• **TASK STATEMENT**
Could you retype every entry below exactly as written?

(Saved entries)
───

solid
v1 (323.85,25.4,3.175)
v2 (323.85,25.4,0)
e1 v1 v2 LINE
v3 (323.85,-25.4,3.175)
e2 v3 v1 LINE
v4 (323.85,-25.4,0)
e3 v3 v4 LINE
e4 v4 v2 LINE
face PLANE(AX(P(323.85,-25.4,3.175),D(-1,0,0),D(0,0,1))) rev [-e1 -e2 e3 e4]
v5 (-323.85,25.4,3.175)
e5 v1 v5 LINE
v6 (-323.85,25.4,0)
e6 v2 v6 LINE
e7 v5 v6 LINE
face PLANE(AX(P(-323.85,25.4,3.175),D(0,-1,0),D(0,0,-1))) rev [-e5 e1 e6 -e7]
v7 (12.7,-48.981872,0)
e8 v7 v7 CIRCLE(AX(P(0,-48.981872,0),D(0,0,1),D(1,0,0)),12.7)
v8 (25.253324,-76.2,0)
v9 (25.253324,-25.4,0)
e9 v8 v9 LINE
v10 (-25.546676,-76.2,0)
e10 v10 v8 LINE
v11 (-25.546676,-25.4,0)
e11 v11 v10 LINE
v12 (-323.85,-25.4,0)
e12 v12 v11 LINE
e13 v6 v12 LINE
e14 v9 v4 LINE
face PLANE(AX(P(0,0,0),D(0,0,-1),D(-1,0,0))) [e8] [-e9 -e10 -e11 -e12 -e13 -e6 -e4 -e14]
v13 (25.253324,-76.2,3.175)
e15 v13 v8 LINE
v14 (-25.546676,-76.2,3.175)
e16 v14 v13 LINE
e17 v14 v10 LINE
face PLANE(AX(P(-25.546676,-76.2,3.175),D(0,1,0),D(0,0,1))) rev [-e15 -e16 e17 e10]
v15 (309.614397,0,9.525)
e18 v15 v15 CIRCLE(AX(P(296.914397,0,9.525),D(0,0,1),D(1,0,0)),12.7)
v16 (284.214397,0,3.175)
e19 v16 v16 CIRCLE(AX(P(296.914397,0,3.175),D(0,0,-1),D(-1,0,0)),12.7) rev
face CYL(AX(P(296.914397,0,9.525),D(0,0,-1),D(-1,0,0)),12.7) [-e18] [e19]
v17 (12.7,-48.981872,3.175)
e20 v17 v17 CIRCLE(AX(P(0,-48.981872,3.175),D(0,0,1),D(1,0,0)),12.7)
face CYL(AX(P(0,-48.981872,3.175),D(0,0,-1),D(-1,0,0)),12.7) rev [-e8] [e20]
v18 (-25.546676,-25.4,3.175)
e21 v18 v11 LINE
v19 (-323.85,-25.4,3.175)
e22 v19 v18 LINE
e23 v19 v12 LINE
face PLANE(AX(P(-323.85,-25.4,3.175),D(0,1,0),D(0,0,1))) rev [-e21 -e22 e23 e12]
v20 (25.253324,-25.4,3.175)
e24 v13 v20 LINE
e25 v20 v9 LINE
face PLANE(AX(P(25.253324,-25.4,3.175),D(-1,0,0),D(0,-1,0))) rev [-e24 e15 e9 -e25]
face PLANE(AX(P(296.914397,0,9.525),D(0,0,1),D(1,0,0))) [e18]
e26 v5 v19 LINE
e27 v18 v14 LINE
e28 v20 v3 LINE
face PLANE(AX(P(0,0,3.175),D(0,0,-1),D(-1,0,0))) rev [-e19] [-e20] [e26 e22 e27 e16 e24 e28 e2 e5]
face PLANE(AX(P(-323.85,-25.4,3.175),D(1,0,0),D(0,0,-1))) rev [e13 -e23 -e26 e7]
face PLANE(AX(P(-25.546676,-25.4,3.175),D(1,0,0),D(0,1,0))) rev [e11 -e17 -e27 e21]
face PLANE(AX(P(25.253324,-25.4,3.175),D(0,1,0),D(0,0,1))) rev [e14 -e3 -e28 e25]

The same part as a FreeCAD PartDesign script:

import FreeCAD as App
import Part
import Sketcher

V = App.Vector
Q = App.Units.Quantity


def add_polygon(sketch, points):
    """Adds a closed chain of lines whose ends are joined by coincident constraints."""
    first, n = sketch.GeometryCount, len(points)
    for a, b in zip(points, points[1:] + points[:1]):
        sketch.addGeometry(Part.LineSegment(App.Vector(*a, 0), App.Vector(*b, 0)), False)
    for i in range(n):
        sketch.addConstraint(Sketcher.Constraint("Coincident", first + i, 2, first + (i + 1) % n, 1))

doc = App.newDocument("Part")
body = doc.addObject("PartDesign::Body", "Body")

sketch1 = doc.addObject("Sketcher::SketchObject", "Sketch")
body.addObject(sketch1)
sketch1.AttachmentSupport = (doc.XY_Plane, [""])
sketch1.MapMode = "FlatFace"
add_polygon(sketch1, [(-323.85, -25.4), (-25.546676, -25.4), (-25.546676, -76.2), (25.253324, -76.2), (25.253324, -25.4), (323.85, -25.4), (323.85, 25.4), (-323.85, 25.4)])
sketch1.addGeometry(Part.Circle(V(0, -48.981872, 0), V(0, 0, 1), 12.7), False)
sketch1.addConstraint([
    Sketcher.Constraint("Horizontal", 0),
    Sketcher.Constraint("Vertical", 1),
    Sketcher.Constraint("Horizontal", 2),
    Sketcher.Constraint("Vertical", 3),
    Sketcher.Constraint("Horizontal", 4),
    Sketcher.Constraint("Vertical", 5),
    Sketcher.Constraint("Horizontal", 6),
    Sketcher.Constraint("Vertical", 7),
    Sketcher.Constraint("Symmetric", 4, 2, 6, 2, -1, 1),
    Sketcher.Constraint("PointOnObject", 8, 3, -2),
    Sketcher.Constraint("Horizontal", 0, 2, 3, 2),
    Sketcher.Constraint("Equal", 2, 1),
    Sketcher.Constraint("Equal", 3, 5),
    Sketcher.Constraint("Diameter", 8, Q("1 in")),
    Sketcher.Constraint("DistanceX", 2, 1, 2, 2, Q("2 in")),
    Sketcher.Constraint("DistanceX", 6, 2, 6, 1, Q("25.5 in")),
    Sketcher.Constraint("DistanceX", 0, 1, 0, 2, Q("298.303324 mm")),
    Sketcher.Constraint("DistanceY", 8, 3, -1, 1, Q("48.981872 mm")),
])
pad1 = doc.addObject("PartDesign::Pad", "Pad")
body.addObject(pad1)
pad1.Profile = sketch1
pad1.Length = Q("0.125 in")

sketch2 = doc.addObject("Sketcher::SketchObject", "Sketch001")
body.addObject(sketch2)
sketch2.AttachmentSupport = (doc.XY_Plane, [""])
sketch2.MapMode = "FlatFace"
sketch2.AttachmentOffset = App.Placement(V(0, 0, 0.125 * 25.4), App.Rotation())
sketch2.addGeometry(Part.Circle(V(296.914397, 0, 0), V(0, 0, 1), 12.7), False)
sketch2.addConstraint([
    Sketcher.Constraint("PointOnObject", 0, 3, -1),
    Sketcher.Constraint("Diameter", 0, Q("1 in")),
    Sketcher.Constraint("DistanceX", -1, 1, 0, 3, Q("296.914397 mm")),
])
pad2 = doc.addObject("PartDesign::Pad", "Pad001")
body.addObject(pad2)
pad2.Profile = sketch2
pad2.Length = Q("0.25 in")

doc.recompute()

───

• **EXERCISE OUTPUT**
solid
v1 (323.85,25.4,3.175)
v2 (323.85,25.4,0)
e1 v1 v2 LINE
v3 (323.85,-25.4,3.175)
e2 v3 v1 LINE
v4 (323.85,-25.4,0)
e3 v3 v4 LINE
e4 v4 v2 LINE
face PLANE(AX(P(323.85,-25.4,3.175),D(-1,0,0),D(0,0,1))) rev [-e1 -e2 e3 e4]
v5 (-323.85,25.4,3.175)
e5 v1 v5 LINE
v6 (-323.85,25.4,0)
e6 v2 v6 LINE
e7 v5 v6 LINE
face PLANE(AX(P(-323.85,25.4,3.175),D(0,-1,0),D(0,0,-1))) rev [-e5 e1 e6 -e7]
v7 (12.7,-48.981872,0)
e8 v7 v7 CIRCLE(AX(P(0,-48.981872,0),D(0,0,1),D(1,0,0)),12.7)
v8 (25.253324,-76.2,0)
v9 (25.253324,-25.4,0)
e9 v8 v9 LINE
v10 (-25.546676,-76.2,0)
e10 v10 v8 LINE
v11 (-25.546676,-25.4,0)
e11 v11 v10 LINE
v12 (-323.85,-25.4,0)
e12 v12 v11 LINE
e13 v6 v12 LINE
e14 v9 v4 LINE
face PLANE(AX(P(0,0,0),D(0,0,-1),D(-1,0,0))) [e8] [-e9 -e10 -e11 -e12 -e13 -e6 -e4 -e14]
v13 (25.253324,-76.2,3.175)
e15 v13 v8 LINE
v14 (-25.546676,-76.2,3.175)
e16 v14 v13 LINE
e17 v14 v10 LINE
face PLANE(AX(P(-25.546676,-76.2,3.175),D(0,1,0),D(0,0,1))) rev [-e15 -e16 e17 e10]
v15 (309.614397,0,9.525)
e18 v15 v15 CIRCLE(AX(P(296.914397,0,9.525),D(0,0,1),D(1,0,0)),12.7)
v16 (284.214397,0,3.175)
e19 v16 v16 CIRCLE(AX(P(296.914397,0,3.175),D(0,0,-1),D(-1,0,0)),12.7) rev
face CYL(AX(P(296.914397,0,9.525),D(0,0,-1),D(-1,0,0)),12.7) [-e18] [e19]
v17 (12.7,-48.981872,3.175)
e20 v17 v17 CIRCLE(AX(P(0,-48.981872,3.175),D(0,0,1),D(1,0,0)),12.7)
face CYL(AX(P(0,-48.981872,3.175),D(0,0,-1),D(-1,0,0)),12.7) rev [-e8] [e20]
v18 (-25.546676,-25.4,3.175)
e21 v18 v11 LINE
v19 (-323.85,-25.4,3.175)
e22 v19 v18 LINE
e23 v19 v12 LINE
face PLANE(AX(P(-323.85,-25.4,3.175),D(0,1,0),D(0,0,1))) rev [-e21 -e22 e23 e12]
v20 (25.253324,-25.4,3.175)
e24 v13 v20 LINE
e25 v20 v9 LINE
face PLANE(AX(P(25.253324,-25.4,3.175),D(-1,0,0),D(0,-1,0))) rev [-e24 e15 e9 -e25]
face PLANE(AX(P(296.914397,0,9.525),D(0,0,1),D(1,0,0))) [e18]
e26 v5 v19 LINE
e27 v18 v14 LINE
e28 v20 v3 LINE
face PLANE(AX(P(0,0,3.175),D(0,0,-1),D(-1,0,0))) rev [-e19] [-e20] [e26 e22 e27 e16 e24 e28 e2 e5]
face PLANE(AX(P(-323.85,-25.4,3.175),D(1,0,0),D(0,0,-1))) rev [e13 -e23 -e26 e7]
face PLANE(AX(P(-25.546676,-25.4,3.175),D(1,0,0),D(0,1,0))) rev [e11 -e17 -e27 e21]
face PLANE(AX(P(25.253324,-25.4,3.175),D(0,1,0),D(0,0,1))) rev [e14 -e3 -e28 e25]

The same part as a FreeCAD PartDesign script:

import FreeCAD as App
import Part
import Sketcher

V = App.Vector
Q = App.Units.Quantity


def add_polygon(sketch, points):
    """Adds a closed chain of lines whose ends are joined by coincident constraints."""
    first, n = sketch.GeometryCount, len(points)
    for a, b in zip(points, points[1:] + points[:1]):
        sketch.addGeometry(Part.LineSegment(App.Vector(*a, 0), App.Vector(*b, 0)), False)
    for i in range(n):
        sketch.addConstraint(Sketcher.Constraint("Coincident", first + i, 2, first + (i + 1) % n, 1))

doc = App.newDocument("Part")
body = doc.addObject("PartDesign::Body", "Body")

sketch1 = doc.addObject("Sketcher::SketchObject", "Sketch")
body.addObject(sketch1)
sketch1.AttachmentSupport = (doc.XY_Plane, [""])
sketch1.MapMode = "FlatFace"
add_polygon(sketch1, [(-323.85, -25.4), (-25.546676, -25.4), (-25.546676, -76.2), (25.253324, -76.2), (25.253324, -25.4), (323.85, -25.4), (323.85, 25.4), (-323.85, 25.4)])
sketch1.addGeometry(Part.Circle(V(0, -48.981872, 0), V(0, 0, 1), 12.7), False)
sketch1.addConstraint([
    Sketcher.Constraint("Horizontal", 0),
    Sketcher.Constraint("Vertical", 1),
    Sketcher.Constraint("Horizontal", 2),
    Sketcher.Constraint("Vertical", 3),
    Sketcher.Constraint("Horizontal", 4),
    Sketcher.Constraint("Vertical", 5),
    Sketcher.Constraint("Horizontal", 6),
    Sketcher.Constraint("Vertical", 7),
    Sketcher.Constraint("Symmetric", 4, 2, 6, 2, -1, 1),
    Sketcher.Constraint("PointOnObject", 8, 3, -2),
    Sketcher.Constraint("Horizontal", 0, 2, 3, 2),
    Sketcher.Constraint("Equal", 2, 1),
    Sketcher.Constraint("Equal", 3, 5),
    Sketcher.Constraint("Diameter", 8, Q("1 in")),
    Sketcher.Constraint("DistanceX", 2, 1, 2, 2, Q("2 in")),
    Sketcher.Constraint("DistanceX", 6, 2, 6, 1, Q("25.5 in")),
    Sketcher.Constraint("DistanceX", 0, 1, 0, 2, Q("298.303324 mm")),
    Sketcher.Constraint("DistanceY", 8, 3, -1, 1, Q("48.981872 mm")),
])
pad1 = doc.addObject("PartDesign::Pad", "Pad")
body.addObject(pad1)
pad1.Profile = sketch1
pad1.Length = Q("0.125 in")

sketch2 = doc.addObject("Sketcher::SketchObject", "Sketch001")
body.addObject(sketch2)
sketch2.AttachmentSupport = (doc.XY_Plane, [""])
sketch2.MapMode = "FlatFace"
sketch2.AttachmentOffset = App.Placement(V(0, 0, 0.125 * 25.4), App.Rotation())
sketch2.addGeometry(Part.Circle(V(296.914397, 0, 0), V(0, 0, 1), 12.7), False)
sketch2.addConstraint([
    Sketcher.Constraint("PointOnObject", 0, 3, -1),
    Sketcher.Constraint("Diameter", 0, Q("1 in")),
    Sketcher.Constraint("DistanceX", -1, 1, 0, 3, Q("296.914397 mm")),
])
pad2 = doc.addObject("PartDesign::Pad", "Pad001")
body.addObject(pad2)
pad2.Profile = sketch2
pad2.Length = Q("0.25 in")

doc.recompute()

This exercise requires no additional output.